Апухтин: сумасшедший и гениальный

27 ноября 1840 года родился поэт, которого знали все в музыкальных салонах империи, но почти забыли после революции. Его называли “русским Верленом”, но не за эпатаж — за боль и честность. Кто он — этот болезненный чиновник, обитатель столичных гостиных, страдающий человек, писавший так, будто стихи — это последние слова перед вечностью? Алексей Николаевич Апухтин родился в Пензе в дворянской семье. Его рано отправили в Императорский лицей в Царском Селе — том самом, где учился Пушкин. С тех пор жизнь его шла двумя линиями: одна — поэзия и музыка, другая — служба по чиновничьей лестнице.

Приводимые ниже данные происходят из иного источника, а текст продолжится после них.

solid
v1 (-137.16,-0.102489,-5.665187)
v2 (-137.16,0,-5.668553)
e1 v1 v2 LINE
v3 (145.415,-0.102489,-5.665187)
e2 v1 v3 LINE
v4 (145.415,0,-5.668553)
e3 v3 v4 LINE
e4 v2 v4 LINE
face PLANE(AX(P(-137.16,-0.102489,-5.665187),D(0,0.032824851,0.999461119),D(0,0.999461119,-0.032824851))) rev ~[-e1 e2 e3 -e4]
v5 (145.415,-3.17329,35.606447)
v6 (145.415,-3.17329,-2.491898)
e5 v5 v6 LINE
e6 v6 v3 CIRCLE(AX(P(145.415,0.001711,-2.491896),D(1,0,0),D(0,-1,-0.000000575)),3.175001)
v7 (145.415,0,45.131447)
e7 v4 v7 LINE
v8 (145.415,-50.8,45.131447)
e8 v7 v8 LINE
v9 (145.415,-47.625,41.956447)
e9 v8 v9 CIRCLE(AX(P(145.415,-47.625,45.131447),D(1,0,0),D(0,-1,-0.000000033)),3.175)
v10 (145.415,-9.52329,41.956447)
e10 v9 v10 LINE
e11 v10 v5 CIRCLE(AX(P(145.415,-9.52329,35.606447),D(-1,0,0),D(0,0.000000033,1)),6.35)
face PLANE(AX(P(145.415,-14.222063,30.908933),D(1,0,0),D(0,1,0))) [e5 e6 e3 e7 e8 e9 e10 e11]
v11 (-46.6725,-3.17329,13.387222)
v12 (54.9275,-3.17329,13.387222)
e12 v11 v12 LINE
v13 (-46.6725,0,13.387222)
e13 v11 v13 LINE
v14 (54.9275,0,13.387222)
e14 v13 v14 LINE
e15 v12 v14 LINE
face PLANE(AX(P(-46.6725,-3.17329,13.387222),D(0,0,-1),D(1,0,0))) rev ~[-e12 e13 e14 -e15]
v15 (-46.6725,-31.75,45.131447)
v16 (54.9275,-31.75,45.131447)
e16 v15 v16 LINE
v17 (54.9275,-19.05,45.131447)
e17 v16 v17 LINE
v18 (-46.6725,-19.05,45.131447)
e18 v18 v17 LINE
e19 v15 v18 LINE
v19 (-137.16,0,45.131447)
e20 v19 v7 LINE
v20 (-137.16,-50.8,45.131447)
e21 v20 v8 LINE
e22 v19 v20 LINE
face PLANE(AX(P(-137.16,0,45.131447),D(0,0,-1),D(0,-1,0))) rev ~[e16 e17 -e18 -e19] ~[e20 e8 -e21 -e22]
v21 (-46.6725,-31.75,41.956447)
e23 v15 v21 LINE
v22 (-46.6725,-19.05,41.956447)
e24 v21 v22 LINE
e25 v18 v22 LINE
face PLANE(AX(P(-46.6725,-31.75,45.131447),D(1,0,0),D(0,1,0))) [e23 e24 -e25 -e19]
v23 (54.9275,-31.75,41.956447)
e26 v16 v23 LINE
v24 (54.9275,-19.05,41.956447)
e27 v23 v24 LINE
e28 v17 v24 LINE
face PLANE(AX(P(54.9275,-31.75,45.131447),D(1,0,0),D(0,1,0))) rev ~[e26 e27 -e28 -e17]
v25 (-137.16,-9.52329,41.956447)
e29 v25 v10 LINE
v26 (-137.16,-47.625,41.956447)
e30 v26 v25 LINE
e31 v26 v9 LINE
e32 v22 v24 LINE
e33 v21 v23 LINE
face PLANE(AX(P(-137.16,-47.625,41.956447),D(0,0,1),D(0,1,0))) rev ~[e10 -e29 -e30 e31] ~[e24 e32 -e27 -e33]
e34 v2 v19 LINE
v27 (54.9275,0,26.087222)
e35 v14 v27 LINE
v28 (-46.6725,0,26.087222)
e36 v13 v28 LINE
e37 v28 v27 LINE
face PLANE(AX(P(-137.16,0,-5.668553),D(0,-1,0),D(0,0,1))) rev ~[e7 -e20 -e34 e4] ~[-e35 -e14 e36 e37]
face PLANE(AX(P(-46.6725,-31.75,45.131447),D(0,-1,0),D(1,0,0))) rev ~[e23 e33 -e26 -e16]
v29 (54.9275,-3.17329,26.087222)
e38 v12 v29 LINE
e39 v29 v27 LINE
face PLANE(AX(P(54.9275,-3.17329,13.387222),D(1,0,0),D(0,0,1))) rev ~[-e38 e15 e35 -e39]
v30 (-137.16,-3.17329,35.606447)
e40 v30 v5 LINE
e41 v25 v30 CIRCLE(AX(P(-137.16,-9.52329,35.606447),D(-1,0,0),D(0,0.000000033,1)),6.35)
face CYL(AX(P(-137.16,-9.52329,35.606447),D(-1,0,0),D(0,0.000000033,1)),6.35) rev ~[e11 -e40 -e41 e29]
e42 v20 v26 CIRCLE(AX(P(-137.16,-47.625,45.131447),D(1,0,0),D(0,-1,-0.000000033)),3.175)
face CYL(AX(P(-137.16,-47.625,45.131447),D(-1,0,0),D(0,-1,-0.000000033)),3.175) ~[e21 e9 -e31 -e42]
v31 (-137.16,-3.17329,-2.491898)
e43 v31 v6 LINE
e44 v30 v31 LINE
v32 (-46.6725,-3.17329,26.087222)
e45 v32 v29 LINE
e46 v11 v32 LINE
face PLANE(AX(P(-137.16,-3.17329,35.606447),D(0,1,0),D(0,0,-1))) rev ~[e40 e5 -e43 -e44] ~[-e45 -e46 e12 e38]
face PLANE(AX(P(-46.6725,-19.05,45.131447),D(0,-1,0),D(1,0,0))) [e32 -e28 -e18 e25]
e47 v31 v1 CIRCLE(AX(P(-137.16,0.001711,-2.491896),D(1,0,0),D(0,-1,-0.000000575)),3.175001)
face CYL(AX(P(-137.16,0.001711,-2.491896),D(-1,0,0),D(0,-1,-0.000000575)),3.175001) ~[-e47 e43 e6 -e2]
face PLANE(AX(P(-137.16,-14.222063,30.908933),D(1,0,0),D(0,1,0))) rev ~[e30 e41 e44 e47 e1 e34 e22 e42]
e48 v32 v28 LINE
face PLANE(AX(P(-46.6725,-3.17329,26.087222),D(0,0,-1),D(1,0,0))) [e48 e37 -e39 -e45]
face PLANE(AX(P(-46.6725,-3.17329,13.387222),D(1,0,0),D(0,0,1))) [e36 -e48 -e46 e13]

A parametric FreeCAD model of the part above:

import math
import FreeCAD as App
import Part
import Sketcher

V = App.Vector
Q = App.Units.Quantity


def add_polygon(sketch, points):
    """Adds a closed chain of lines whose ends are joined by coincident constraints."""
    first, n = sketch.GeometryCount, len(points)
    for a, b in zip(points, points[1:] + points[:1]):
        sketch.addGeometry(Part.LineSegment(App.Vector(*a, 0), App.Vector(*b, 0)), False)
    for i in range(n):
        sketch.addConstraint(Sketcher.Constraint("Coincident", first + i, 2, first + (i + 1) % n, 1))

doc = App.newDocument("Part")
body = doc.addObject("PartDesign::Body", "Body")

sketch1 = body.newObject("Sketcher::SketchObject", "Sketch")
sketch1.AttachmentSupport = (doc.getObject("YZ_Plane"), [""])
sketch1.MapMode = "FlatFace"
sketch1.addGeometry([
    Part.LineSegment(V(-0.102489, -7.189187, 0), V(0, -7.192553, 0)),
    Part.LineSegment(V(0, -7.192553, 0), V(0, 43.607447, 0)),
    Part.LineSegment(V(0, 43.607447, 0), V(-50.8, 43.607447, 0)),
    Part.ArcOfCircle(Part.Circle(V(-47.625, 43.607447, 0), V(0, 0, 1), 3.175), math.radians(-179.999998), math.radians(-90.000002)),
    Part.LineSegment(V(-47.625, 40.432447, 0), V(-9.52329, 40.432447, 0)),
    Part.ArcOfCircle(Part.Circle(V(-9.52329, 34.082447, 0), V(0, 0, 1), 6.35), math.radians(0.000002), math.radians(89.999998)),
    Part.LineSegment(V(-3.17329, 34.082447, 0), V(-3.17329, -4.015898, 0)),
    Part.ArcOfCircle(Part.Circle(V(0.001711, -4.015896, 0), V(0, 0, 1), 3.175001), math.radians(-179.999967), math.radians(-91.880724)),
], False)
sketch1.addConstraint([
    Sketcher.Constraint("Coincident", 0, 2, 1, 1),
    Sketcher.Constraint("Coincident", 1, 2, 2, 1),
    Sketcher.Constraint("Coincident", 2, 2, 3, 1),
    Sketcher.Constraint("Tangent", 3, 2, 4, 1),
    Sketcher.Constraint("Tangent", 4, 2, 5, 2),
    Sketcher.Constraint("Tangent", 5, 1, 6, 1),
    Sketcher.Constraint("Tangent", 6, 2, 7, 1),
    Sketcher.Constraint("Coincident", 7, 2, 0, 1),
    Sketcher.Constraint("Vertical", 1),
    Sketcher.Constraint("Horizontal", 2),
    Sketcher.Constraint("Horizontal", 4),
    Sketcher.Constraint("Vertical", 6),
    Sketcher.Constraint("Equal", 3, 7),
    Sketcher.Constraint("PointOnObject", 0, 2, -2),
    Sketcher.Constraint("Horizontal", 3, 3, 1, 2),
    Sketcher.Constraint("Equal", 2, 1),
    Sketcher.Constraint("DistanceX", 2, 2, 2, 1, Q("2 in")),
    Sketcher.Constraint("Radius", 5, Q("0.25 in")),
    Sketcher.Constraint("Radius", 3, Q("0.125 in")),
    Sketcher.Constraint("DistanceX", 4, 1, 4, 2, Q("38.10171 mm")),
    Sketcher.Constraint("DistanceX", 7, 2, 7, 3, Q("0.1042 mm")),
    Sketcher.Constraint("DistanceY", 6, 2, 6, 1, Q("38.098345 mm")),
    Sketcher.Constraint("DistanceY", -1, 1, 3, 3, Q("43.607447 mm")),
])
pad1 = body.newObject("PartDesign::Pad", "Pad")
pad1.Profile = sketch1
pad1.Length = Q("11.125 in")
body2 = doc.addObject("PartDesign::Body", "Body001")
doc.recompute()

body.Placement = App.Placement(V(-137.16, 0, 1.524), App.Rotation(V(0, 0, 1), 0))
boolean = body2.newObject("PartDesign::Boolean", "Boolean")
boolean.Type = "Fuse"
boolean.addObjects([body])

sketch2 = body2.newObject("Sketcher::SketchObject", "Sketch001")
sketch2.AttachmentSupport = (doc.getObject("XZ_Plane001"), [""])
sketch2.MapMode = "FlatFace"
sketch2.AttachmentOffset = App.Placement(V(0, 0, 3.17329), App.Rotation())
add_polygon(sketch2, [(-46.6725, 26.087222), (-46.6725, 13.387222), (54.9275, 13.387222), (54.9275, 26.087222)])
sketch2.addConstraint([
    Sketcher.Constraint("Vertical", 0),
    Sketcher.Constraint("Horizontal", 1),
    Sketcher.Constraint("Vertical", 2),
    Sketcher.Constraint("Horizontal", 3),
    Sketcher.Constraint("DistanceX", 1, 1, 1, 2, Q("4 in")),
    Sketcher.Constraint("DistanceY", 0, 2, 0, 1, Q("0.5 in")),
    Sketcher.Constraint("DistanceX", 0, 2, -1, 1, Q("1.8375 in")),
    Sketcher.Constraint("DistanceY", -1, 1, 0, 2, Q("13.387222 mm")),
])
pocket1 = body2.newObject("PartDesign::Pocket", "Pocket")
pocket1.Profile = sketch2
pocket1.Length = Q("1 in")
pocket2 = body2.newObject("PartDesign::Pocket", "Pocket001")
pocket2.Profile = sketch2
pocket2.Length = Q("1 in")

sketch3 = body2.newObject("Sketcher::SketchObject", "Sketch002")
sketch3.AttachmentSupport = (doc.getObject("XY_Plane001"), [""])
sketch3.MapMode = "FlatFace"
sketch3.AttachmentOffset = App.Placement(V(0, 0, 45.131447), App.Rotation())
add_polygon(sketch3, [(-46.6725, -19.05), (-46.6725, -31.75), (54.9275, -31.75), (54.9275, -19.05)])
sketch3.addConstraint([
    Sketcher.Constraint("Vertical", 0),
    Sketcher.Constraint("Horizontal", 1),
    Sketcher.Constraint("Vertical", 2),
    Sketcher.Constraint("Horizontal", 3),
    Sketcher.Constraint("DistanceX", 1, 1, 1, 2, Q("4 in")),
    Sketcher.Constraint("DistanceY", 0, 2, 0, 1, Q("0.5 in")),
    Sketcher.Constraint("DistanceY", 0, 2, -1, 1, Q("1.25 in")),
    Sketcher.Constraint("DistanceX", 0, 2, -1, 1, Q("1.8375 in")),
])
pocket3 = body2.newObject("PartDesign::Pocket", "Pocket002")
pocket3.Profile = sketch3
pocket3.Length = Q("1 in")
pocket4 = body2.newObject("PartDesign::Pocket", "Pocket003")
pocket4.Profile = sketch3
pocket4.Length = Q("1 in")

doc.recompute()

Он был близок к Языкову, Тургеневу, и особенно — к Петру Ильичу Чайковскому. Последний отмечал его величайшим поэтом среди живущих и написал на его стихи 14 романсов. Эти песни звучали в залах, на балах и в гостях — особенно: Апухтин писал почти всё в стол. Не искал славы. Был тяжело болен — с юности страдал от ожирения и отёков, к концу жизни почти не мог ходить. Но писал до последнего. В стихах он
Оглавление

27 ноября 1840 года родился поэт, которого знали все в музыкальных салонах империи, но почти забыли после революции. Его называли “русским Верленом”, но не за эпатаж — за боль и честность.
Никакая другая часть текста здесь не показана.